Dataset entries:
-.-.-
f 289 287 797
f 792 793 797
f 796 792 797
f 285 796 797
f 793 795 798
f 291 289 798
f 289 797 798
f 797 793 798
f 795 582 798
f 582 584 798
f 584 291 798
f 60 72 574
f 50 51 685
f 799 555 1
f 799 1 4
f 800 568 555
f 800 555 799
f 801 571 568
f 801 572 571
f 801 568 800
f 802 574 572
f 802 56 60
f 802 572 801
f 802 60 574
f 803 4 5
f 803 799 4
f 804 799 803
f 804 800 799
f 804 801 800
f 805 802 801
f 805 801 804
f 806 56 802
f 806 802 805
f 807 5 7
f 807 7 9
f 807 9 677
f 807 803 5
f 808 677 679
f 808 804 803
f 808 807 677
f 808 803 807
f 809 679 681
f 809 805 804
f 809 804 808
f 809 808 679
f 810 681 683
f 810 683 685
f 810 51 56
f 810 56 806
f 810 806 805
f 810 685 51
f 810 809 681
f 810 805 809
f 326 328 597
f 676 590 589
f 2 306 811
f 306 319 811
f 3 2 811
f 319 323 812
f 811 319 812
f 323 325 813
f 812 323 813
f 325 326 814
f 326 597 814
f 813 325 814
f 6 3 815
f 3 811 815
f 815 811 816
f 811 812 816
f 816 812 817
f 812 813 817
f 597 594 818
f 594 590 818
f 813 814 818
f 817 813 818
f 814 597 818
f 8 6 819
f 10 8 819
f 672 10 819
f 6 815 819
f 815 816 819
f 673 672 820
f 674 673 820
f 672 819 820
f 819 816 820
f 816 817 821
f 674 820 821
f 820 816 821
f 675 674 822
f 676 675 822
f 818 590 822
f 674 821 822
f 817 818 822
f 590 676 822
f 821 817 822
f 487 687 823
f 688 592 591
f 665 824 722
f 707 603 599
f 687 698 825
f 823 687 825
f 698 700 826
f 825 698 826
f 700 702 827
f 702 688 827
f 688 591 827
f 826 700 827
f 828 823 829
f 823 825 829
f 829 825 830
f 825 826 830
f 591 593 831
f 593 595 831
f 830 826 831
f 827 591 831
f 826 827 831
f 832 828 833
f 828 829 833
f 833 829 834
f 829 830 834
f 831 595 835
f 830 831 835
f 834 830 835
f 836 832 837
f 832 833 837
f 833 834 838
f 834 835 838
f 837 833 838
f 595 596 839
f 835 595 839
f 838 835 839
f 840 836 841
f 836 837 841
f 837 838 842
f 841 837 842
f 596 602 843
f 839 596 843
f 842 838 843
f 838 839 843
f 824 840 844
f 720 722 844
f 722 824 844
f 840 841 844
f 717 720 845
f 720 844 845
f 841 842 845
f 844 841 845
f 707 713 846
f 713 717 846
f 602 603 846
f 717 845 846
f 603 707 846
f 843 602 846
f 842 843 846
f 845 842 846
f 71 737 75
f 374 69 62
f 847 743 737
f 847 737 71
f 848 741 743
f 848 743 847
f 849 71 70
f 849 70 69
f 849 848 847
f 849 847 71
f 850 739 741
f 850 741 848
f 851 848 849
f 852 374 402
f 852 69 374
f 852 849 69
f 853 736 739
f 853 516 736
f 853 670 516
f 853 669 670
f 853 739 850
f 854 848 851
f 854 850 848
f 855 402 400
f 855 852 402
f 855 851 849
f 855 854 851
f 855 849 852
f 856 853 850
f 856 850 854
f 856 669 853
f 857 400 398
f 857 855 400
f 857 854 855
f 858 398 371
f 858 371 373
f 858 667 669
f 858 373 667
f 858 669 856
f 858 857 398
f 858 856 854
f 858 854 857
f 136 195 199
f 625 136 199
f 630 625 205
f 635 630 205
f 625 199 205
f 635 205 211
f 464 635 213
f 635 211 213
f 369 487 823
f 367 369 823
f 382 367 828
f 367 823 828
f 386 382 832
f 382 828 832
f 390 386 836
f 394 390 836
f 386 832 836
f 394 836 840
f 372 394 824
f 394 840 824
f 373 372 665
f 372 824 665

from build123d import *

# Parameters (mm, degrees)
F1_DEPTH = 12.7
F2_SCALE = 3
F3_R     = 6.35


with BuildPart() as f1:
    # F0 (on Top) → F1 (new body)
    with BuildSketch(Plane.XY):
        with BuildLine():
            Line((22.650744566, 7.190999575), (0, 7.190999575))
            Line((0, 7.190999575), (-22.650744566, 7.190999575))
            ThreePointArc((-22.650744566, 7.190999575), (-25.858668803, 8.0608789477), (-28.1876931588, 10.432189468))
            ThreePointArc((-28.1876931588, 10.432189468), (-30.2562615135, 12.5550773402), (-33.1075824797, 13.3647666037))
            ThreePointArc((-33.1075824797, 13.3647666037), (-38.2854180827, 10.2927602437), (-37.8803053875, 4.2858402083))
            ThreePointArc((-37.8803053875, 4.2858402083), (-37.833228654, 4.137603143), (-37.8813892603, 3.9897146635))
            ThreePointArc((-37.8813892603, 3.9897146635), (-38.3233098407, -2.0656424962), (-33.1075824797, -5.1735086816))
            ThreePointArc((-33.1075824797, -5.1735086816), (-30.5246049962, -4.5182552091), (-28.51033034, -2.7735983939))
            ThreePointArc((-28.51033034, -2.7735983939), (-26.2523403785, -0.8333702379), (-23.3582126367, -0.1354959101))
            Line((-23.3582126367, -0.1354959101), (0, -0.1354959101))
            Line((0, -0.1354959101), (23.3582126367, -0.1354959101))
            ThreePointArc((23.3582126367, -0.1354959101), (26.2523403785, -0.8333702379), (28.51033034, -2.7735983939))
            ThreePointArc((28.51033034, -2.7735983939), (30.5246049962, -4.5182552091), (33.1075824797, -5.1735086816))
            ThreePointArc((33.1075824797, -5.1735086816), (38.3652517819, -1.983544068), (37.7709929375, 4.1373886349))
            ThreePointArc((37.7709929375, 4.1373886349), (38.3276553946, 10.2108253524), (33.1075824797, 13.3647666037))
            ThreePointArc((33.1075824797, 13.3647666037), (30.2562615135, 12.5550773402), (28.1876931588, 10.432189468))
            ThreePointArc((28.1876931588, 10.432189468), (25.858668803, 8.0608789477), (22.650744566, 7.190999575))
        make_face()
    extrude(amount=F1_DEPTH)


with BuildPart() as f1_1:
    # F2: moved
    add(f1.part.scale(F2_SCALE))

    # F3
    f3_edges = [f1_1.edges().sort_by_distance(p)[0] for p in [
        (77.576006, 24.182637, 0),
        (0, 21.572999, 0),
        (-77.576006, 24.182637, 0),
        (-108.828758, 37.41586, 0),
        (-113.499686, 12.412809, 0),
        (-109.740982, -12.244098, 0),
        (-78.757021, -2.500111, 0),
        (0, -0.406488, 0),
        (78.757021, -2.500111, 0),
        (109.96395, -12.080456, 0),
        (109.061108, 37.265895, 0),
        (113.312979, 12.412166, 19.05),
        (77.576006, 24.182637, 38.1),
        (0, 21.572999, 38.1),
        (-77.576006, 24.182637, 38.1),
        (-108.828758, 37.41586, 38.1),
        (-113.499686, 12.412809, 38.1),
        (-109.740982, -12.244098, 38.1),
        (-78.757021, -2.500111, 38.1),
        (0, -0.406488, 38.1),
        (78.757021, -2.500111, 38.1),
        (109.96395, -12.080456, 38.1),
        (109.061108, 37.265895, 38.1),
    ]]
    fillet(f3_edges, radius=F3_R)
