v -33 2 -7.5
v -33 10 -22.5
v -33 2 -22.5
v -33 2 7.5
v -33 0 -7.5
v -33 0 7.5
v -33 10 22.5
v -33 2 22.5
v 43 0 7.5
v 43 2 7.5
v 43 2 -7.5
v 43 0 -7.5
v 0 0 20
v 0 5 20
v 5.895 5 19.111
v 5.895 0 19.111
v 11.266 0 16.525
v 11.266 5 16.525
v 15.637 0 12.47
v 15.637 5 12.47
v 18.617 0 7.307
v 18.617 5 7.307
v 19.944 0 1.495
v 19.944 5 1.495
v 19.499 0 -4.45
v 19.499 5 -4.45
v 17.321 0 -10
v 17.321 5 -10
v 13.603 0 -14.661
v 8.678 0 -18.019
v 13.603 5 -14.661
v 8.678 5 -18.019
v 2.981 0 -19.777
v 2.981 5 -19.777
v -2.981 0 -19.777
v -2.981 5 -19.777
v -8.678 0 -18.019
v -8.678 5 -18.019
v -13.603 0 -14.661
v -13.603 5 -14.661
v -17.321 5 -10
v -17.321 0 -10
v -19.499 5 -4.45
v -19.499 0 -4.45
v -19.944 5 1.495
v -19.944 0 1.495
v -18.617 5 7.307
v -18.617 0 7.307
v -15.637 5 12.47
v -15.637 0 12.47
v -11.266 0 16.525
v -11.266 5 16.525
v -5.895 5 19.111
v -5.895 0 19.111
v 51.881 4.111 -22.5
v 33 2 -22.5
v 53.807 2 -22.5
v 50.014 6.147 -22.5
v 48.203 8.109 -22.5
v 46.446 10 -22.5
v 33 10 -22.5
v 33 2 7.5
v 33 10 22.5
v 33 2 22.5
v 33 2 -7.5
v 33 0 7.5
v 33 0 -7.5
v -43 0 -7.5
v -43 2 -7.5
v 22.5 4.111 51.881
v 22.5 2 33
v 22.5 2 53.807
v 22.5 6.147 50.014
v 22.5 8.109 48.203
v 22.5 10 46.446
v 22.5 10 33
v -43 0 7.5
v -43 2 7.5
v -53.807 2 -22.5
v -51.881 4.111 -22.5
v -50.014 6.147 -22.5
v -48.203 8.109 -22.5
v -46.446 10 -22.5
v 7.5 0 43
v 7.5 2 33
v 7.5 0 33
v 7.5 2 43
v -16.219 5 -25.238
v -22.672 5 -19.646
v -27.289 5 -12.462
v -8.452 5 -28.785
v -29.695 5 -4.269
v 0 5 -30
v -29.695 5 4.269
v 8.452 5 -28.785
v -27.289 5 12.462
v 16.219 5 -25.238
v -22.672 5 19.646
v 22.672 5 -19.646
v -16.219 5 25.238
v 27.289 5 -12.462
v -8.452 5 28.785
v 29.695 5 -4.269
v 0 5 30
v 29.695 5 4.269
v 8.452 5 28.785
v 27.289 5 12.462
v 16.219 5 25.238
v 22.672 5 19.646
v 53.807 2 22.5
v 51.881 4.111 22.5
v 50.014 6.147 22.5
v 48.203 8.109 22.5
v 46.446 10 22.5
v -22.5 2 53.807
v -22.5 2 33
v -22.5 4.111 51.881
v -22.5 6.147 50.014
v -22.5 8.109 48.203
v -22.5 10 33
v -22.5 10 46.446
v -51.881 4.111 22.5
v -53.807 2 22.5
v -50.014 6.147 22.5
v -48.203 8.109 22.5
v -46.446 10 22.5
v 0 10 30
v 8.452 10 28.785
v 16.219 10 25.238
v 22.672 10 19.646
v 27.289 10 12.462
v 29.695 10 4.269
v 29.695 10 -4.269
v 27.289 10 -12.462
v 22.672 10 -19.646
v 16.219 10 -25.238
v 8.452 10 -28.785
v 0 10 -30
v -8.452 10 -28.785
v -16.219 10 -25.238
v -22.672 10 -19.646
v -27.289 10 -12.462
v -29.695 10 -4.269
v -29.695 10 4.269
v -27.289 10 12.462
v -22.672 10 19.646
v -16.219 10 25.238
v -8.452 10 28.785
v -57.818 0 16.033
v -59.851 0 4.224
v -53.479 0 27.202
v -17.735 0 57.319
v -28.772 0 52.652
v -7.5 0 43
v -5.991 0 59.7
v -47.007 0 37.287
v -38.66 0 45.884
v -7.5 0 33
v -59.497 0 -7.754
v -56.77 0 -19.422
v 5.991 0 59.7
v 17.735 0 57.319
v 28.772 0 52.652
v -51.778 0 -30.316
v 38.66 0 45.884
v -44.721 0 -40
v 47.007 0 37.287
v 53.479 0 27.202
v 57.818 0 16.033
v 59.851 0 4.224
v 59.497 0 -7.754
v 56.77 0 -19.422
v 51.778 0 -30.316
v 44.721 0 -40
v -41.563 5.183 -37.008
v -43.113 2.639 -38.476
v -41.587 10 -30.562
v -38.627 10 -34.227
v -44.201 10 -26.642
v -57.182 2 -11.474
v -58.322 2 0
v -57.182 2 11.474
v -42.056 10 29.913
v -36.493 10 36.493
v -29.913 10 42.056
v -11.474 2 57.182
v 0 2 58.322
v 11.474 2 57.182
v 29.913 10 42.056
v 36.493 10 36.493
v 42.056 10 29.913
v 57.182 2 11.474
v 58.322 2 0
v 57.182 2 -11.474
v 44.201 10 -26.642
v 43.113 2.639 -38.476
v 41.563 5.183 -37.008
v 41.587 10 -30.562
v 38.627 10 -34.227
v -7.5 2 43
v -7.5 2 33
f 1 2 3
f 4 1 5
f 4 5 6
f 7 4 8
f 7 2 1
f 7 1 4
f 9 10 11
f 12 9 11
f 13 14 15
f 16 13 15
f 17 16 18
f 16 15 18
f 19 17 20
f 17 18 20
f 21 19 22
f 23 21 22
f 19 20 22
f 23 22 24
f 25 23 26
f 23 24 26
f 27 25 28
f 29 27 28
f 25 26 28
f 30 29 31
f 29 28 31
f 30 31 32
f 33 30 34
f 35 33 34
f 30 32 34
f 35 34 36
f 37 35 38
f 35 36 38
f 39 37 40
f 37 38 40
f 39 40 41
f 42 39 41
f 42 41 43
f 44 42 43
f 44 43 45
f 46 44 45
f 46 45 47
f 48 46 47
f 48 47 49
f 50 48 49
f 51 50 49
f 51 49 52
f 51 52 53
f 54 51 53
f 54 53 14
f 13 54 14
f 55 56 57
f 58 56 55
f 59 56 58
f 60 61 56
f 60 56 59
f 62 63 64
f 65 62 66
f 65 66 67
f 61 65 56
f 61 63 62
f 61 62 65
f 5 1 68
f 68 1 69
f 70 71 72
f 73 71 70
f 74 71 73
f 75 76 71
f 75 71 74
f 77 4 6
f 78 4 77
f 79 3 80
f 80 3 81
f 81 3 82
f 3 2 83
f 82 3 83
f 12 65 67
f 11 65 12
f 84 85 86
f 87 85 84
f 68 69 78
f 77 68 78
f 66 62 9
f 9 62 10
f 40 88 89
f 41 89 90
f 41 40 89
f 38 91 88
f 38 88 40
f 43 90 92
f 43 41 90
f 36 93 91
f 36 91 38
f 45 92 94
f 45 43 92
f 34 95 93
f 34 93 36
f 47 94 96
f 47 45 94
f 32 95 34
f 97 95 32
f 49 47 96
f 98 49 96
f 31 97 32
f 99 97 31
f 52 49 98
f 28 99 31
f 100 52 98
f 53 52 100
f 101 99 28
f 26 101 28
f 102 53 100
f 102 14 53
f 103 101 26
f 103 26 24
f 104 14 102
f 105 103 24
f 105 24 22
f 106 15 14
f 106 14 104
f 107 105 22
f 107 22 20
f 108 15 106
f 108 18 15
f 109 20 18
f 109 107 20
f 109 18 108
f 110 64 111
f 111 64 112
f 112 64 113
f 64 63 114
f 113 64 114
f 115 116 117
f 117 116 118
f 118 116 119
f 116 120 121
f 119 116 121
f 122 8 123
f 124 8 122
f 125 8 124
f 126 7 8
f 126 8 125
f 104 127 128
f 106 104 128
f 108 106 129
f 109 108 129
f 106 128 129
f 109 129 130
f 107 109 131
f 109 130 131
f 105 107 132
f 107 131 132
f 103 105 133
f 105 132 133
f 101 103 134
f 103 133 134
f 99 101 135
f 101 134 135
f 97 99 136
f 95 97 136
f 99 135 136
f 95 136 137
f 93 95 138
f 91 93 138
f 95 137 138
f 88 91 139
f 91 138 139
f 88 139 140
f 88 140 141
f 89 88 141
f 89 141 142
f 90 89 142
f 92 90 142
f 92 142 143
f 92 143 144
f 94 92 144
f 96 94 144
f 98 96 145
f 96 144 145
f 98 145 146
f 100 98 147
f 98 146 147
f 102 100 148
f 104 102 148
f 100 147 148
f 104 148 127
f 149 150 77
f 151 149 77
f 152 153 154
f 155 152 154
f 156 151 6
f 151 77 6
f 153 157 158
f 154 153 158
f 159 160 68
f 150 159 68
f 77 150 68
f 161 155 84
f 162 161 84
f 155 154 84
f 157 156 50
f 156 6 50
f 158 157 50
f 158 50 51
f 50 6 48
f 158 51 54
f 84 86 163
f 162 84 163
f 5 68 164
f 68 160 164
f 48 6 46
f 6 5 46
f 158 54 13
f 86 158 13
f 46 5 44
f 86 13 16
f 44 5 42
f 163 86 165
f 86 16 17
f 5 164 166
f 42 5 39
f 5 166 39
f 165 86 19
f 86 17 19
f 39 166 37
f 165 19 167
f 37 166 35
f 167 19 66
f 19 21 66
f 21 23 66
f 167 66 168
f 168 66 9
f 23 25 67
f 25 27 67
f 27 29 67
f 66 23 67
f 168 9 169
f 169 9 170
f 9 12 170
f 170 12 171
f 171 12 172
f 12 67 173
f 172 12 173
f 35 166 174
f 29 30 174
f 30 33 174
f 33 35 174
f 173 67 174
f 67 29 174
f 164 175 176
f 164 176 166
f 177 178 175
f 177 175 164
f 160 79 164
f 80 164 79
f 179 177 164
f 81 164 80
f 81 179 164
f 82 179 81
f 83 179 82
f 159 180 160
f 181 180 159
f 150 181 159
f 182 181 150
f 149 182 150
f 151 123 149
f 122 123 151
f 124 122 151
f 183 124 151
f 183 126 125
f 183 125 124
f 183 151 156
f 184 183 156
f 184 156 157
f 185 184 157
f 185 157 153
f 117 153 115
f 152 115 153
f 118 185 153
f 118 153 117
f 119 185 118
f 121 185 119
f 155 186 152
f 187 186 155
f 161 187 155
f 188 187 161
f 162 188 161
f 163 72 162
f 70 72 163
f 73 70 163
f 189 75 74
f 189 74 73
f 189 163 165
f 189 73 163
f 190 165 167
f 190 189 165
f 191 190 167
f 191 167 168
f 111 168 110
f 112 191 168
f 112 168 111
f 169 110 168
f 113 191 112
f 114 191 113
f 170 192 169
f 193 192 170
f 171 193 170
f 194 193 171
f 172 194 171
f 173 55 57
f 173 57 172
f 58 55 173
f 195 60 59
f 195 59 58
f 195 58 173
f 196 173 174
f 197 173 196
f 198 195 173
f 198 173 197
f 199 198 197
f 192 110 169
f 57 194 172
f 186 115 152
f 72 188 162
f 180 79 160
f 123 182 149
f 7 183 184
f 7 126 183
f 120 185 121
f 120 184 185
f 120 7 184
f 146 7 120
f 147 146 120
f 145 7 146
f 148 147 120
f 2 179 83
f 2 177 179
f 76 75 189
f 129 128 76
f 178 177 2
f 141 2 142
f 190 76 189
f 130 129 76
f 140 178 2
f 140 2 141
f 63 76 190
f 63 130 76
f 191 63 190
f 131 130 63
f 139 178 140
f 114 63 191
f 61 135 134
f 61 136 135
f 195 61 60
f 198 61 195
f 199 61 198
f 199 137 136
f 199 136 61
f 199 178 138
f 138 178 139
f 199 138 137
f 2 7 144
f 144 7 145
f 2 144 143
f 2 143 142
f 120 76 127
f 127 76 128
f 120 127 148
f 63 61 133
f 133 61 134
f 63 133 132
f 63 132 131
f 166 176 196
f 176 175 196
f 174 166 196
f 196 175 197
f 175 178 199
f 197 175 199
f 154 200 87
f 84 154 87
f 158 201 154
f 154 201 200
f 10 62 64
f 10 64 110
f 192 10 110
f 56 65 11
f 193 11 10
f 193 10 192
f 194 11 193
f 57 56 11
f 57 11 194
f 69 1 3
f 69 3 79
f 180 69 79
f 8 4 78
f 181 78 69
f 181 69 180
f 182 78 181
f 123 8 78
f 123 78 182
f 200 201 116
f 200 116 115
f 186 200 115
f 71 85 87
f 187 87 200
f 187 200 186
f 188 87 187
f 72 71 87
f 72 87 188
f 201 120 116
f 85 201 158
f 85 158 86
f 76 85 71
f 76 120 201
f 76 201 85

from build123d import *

# Parameters (mm, degrees)
SKETCH1_R           = 60
BOSS_EXTRUDE1_DEPTH = 10
BOSS_EXTRUDE1_TAPER = 40
SKETCH2_W           = 102.123847816
SKETCH2_H           = 48.488569787
CUT_EXTRUDE1_DEPTH  = 86.440037605
CHAMFER1_SIZE2      = 5.773502692
CHAMFER1_SIZE       = 10
SKETCH3_R           = 20
CUT_EXTRUDE2_DEPTH  = 86.440037453
SKETCH4_W           = 35.035611717
SKETCH4_H           = 45
CUT_EXTRUDE3_DEPTH  = 8
SKETCH6_W           = 10
SKETCH6_H           = 15
CUT_EXTRUDE5_DEPTH  = 86.229103011
CIRPATTERN1_COUNT   = 3
CIRPATTERN1_ANGLE   = 180
SKETCH7_R           = 30
CUT_EXTRUDE6_DEPTH  = 5


with BuildPart() as part:
    # Sketch1 → Boss-Extrude1 (new body)
    with BuildSketch(Plane(origin=(0, 0, 0), x_dir=(1, 0, 0), z_dir=(0, 1, 0))):
        Circle(SKETCH1_R)
    extrude(amount=BOSS_EXTRUDE1_DEPTH, taper=BOSS_EXTRUDE1_TAPER)

    # Sketch2 → Cut-Extrude1 (cut, through all)
    with BuildSketch(Plane(origin=(0, 10, 0), x_dir=(1, 0, 0), z_dir=(0, 1, 0))):
        with Locations((-1.760755997, 64.244284894)):
            Rectangle(SKETCH2_W, SKETCH2_H)
    extrude(amount=-CUT_EXTRUDE1_DEPTH, mode=Mode.SUBTRACT)

    # Chamfer1
    chamfer1_edges = [part.edges().sort_by_distance(p)[0] for p in [
        (0, 10, -40),
    ]]
    chamfer1_side = [part.faces().sort_by_distance(p)[0] for p in [
        (0, 9.884529946, -40),
    ]]
    chamfer(chamfer1_edges, length=CHAMFER1_SIZE - 0.0001, length2=CHAMFER1_SIZE2 - 0.0001, reference=chamfer1_side[0])  # a hair under: the kernel refuses the full size

    # Sketch3 → Cut-Extrude2 (cut, through all)
    with BuildSketch(Plane(origin=(0, 10, 0), x_dir=(1, 0, 0), z_dir=(0, 1, 0))):
        with Locations(Location((0, 0, 0), (0, 0, 270))):
            Circle(SKETCH3_R)
    extrude(amount=-CUT_EXTRUDE2_DEPTH, mode=Mode.SUBTRACT)

    # Sketch4 → Cut-Extrude3 (cut)
    with BuildSketch(Plane(origin=(0, 10, 0), x_dir=(1, 0, 0), z_dir=(0, 1, 0))):
        with Locations((50.517805859, 0)):
            Rectangle(SKETCH4_W, SKETCH4_H)
    cut_extrude3 = extrude(amount=-CUT_EXTRUDE3_DEPTH, mode=Mode.SUBTRACT)

    # Sketch6 → Cut-Extrude5 (cut, through all)
    with BuildSketch(Plane(origin=(0, 2, 0), x_dir=(1, 0, 0), z_dir=(0, 1, 0))):
        with Locations((38, 0)):
            Rectangle(SKETCH6_W, SKETCH6_H)
    cut_extrude5 = extrude(amount=-CUT_EXTRUDE5_DEPTH, mode=Mode.SUBTRACT)

    # CirPattern1: Cut-Extrude3, Cut-Extrude5 ×3 about axis
    cirpattern1_axis = Axis((0, 0, 0), (0, -1, 0))
    add([cut_extrude3.rotate(cirpattern1_axis, i * CIRPATTERN1_ANGLE / (CIRPATTERN1_COUNT - 1)) for i in range(1, CIRPATTERN1_COUNT)], mode=Mode.SUBTRACT)
    add([cut_extrude5.rotate(cirpattern1_axis, i * CIRPATTERN1_ANGLE / (CIRPATTERN1_COUNT - 1)) for i in range(1, CIRPATTERN1_COUNT)], mode=Mode.SUBTRACT)

    # Sketch7 → Cut-Extrude6 (cut)
    with BuildSketch(Plane(origin=(0, 10, 0), x_dir=(1, 0, 0), z_dir=(0, 1, 0))):
        with Locations(Location((0, 0, 0), (0, 0, 270))):
            Circle(SKETCH7_R)
    extrude(amount=-CUT_EXTRUDE6_DEPTH, mode=Mode.SUBTRACT)


solid = part.part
-.-.-
● WHAT YOU WILL DO: Reproduce exactly the lines above from the line with "f 7 126 183" to the line with "f 2 143 142", including both, and add nothing.

● ANSWER SPACE:
f 7 126 183
f 120 185 121
f 120 184 185
f 120 7 184
f 146 7 120
f 147 146 120
f 145 7 146
f 148 147 120
f 2 179 83
f 2 177 179
f 76 75 189
f 129 128 76
f 178 177 2
f 141 2 142
f 190 76 189
f 130 129 76
f 140 178 2
f 140 2 141
f 63 76 190
f 63 130 76
f 191 63 190
f 131 130 63
f 139 178 140
f 114 63 191
f 61 135 134
f 61 136 135
f 195 61 60
f 198 61 195
f 199 61 198
f 199 137 136
f 199 136 61
f 199 178 138
f 138 178 139
f 199 138 137
f 2 7 144
f 144 7 145
f 2 144 143
f 2 143 142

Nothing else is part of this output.